When the line containing "#125=CLOSED_SHELL('',(#47,#69,#85,#101,#113,#124));" appears in the entries below, begin printing there and stop after the line containing "END-ISO-10303-21;"; print each of those lines exactly and no other line.

**DATASET ENTRIES**
○ ○ ○ ○ ○ ○ ○

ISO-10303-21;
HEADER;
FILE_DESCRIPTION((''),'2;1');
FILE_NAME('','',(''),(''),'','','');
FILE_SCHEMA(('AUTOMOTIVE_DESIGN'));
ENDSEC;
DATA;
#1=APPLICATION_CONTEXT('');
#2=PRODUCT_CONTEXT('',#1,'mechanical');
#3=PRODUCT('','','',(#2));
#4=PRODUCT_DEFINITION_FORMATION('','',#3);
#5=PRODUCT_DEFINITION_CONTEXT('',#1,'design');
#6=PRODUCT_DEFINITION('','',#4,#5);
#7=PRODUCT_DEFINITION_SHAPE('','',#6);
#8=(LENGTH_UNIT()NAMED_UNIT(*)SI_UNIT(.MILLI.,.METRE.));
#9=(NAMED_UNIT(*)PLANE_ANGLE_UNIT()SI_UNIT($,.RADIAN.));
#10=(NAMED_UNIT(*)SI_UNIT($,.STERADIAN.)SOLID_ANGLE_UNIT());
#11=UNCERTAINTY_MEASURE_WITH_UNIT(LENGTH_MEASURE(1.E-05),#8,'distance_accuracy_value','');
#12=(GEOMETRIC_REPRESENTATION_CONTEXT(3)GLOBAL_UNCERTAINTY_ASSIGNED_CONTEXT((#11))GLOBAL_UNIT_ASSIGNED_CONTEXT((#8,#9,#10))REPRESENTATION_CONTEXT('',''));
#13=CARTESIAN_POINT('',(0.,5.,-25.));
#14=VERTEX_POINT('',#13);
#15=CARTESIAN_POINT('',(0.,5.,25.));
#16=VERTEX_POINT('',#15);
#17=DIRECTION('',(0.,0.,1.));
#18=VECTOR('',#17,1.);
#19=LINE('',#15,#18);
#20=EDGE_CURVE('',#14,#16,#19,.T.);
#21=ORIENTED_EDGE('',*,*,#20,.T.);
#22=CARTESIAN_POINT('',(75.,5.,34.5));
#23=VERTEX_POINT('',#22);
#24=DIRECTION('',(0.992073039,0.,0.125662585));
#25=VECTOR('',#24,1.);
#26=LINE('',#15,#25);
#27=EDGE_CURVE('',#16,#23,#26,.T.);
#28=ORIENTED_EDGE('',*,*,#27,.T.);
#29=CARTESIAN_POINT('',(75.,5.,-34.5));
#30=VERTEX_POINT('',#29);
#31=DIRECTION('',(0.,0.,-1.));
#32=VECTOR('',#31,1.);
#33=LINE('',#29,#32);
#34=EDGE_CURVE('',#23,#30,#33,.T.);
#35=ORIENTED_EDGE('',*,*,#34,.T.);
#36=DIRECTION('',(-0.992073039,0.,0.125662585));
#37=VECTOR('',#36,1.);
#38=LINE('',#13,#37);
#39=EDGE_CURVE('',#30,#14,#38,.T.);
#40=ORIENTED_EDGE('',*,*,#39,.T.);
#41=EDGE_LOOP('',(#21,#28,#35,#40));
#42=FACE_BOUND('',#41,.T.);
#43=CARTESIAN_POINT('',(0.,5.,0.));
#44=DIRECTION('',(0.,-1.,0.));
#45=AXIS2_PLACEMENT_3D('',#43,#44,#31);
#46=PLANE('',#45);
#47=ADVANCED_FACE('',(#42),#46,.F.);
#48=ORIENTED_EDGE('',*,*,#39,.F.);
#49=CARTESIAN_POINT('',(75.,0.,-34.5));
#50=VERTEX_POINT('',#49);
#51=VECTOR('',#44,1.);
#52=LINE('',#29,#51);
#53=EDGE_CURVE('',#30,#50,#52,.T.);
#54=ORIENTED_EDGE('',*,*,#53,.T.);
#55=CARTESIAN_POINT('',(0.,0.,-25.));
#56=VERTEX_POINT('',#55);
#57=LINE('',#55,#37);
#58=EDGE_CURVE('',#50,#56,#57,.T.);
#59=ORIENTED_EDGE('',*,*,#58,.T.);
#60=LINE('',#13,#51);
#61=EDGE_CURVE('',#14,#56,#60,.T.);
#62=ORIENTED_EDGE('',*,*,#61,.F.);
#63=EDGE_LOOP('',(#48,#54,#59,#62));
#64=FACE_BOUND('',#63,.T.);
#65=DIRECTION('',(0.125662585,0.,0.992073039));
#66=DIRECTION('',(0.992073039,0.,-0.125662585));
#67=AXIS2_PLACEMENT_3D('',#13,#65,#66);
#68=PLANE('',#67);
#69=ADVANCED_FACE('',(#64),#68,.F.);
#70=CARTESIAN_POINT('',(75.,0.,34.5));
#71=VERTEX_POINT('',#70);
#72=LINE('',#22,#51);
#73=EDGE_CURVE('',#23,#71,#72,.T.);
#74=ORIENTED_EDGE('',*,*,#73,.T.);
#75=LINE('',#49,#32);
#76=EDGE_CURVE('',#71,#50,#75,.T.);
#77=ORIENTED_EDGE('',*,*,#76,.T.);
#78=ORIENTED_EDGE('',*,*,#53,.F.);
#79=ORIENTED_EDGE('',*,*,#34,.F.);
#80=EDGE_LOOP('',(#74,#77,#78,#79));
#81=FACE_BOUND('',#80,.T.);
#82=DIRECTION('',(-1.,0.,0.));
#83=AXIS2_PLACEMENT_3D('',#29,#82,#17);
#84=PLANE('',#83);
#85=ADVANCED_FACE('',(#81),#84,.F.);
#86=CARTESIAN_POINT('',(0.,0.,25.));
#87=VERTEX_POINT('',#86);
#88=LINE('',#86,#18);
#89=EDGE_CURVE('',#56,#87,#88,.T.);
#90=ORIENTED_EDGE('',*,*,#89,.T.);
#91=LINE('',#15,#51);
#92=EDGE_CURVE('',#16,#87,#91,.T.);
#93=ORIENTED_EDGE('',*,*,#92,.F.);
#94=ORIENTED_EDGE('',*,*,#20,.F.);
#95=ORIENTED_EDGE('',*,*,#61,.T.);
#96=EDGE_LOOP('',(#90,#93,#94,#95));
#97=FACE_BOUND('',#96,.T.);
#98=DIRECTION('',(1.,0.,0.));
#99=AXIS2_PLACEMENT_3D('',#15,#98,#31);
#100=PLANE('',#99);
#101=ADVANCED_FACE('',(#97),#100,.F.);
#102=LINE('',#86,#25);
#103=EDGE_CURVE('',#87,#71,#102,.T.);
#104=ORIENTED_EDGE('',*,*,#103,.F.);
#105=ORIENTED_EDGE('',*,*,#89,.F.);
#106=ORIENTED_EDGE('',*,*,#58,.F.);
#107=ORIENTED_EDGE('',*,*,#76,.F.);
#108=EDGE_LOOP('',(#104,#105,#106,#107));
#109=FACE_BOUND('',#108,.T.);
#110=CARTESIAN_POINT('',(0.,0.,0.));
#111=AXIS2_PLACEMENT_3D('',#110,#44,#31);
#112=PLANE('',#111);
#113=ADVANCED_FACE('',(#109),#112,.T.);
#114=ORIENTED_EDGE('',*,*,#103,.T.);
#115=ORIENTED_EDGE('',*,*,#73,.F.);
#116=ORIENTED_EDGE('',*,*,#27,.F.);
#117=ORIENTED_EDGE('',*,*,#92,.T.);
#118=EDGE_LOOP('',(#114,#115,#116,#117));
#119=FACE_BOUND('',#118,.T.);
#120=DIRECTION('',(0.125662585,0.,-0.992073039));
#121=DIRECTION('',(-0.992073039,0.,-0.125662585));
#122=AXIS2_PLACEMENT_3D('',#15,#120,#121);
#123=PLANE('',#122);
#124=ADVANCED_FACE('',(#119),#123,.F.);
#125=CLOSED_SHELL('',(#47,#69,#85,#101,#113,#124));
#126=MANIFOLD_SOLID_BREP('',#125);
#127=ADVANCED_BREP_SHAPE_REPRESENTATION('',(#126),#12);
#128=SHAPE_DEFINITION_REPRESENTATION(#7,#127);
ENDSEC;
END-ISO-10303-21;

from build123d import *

# Parameters (mm, degrees)
BOSS_EXTRUDE1_DEPTH = 5


with BuildPart() as part:
    # Sketch1 → Boss-Extrude1 (new body)
    with BuildSketch(Plane(origin=(0, 0, 0), x_dir=(1, 0, 0), z_dir=(0, 1, 0))):
        Polygon((0, 25), (75, 34.5), (75, -34.5), (0, -25), align=None)
    extrude(amount=BOSS_EXTRUDE1_DEPTH)


solid = part.part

○ ○ ○ ○ ○ ○ ○

**SOLUTION**
#125=CLOSED_SHELL('',(#47,#69,#85,#101,#113,#124));
#126=MANIFOLD_SOLID_BREP('',#125);
#127=ADVANCED_BREP_SHAPE_REPRESENTATION('',(#126),#12);
#128=SHAPE_DEFINITION_REPRESENTATION(#7,#127);
ENDSEC;
END-ISO-10303-21;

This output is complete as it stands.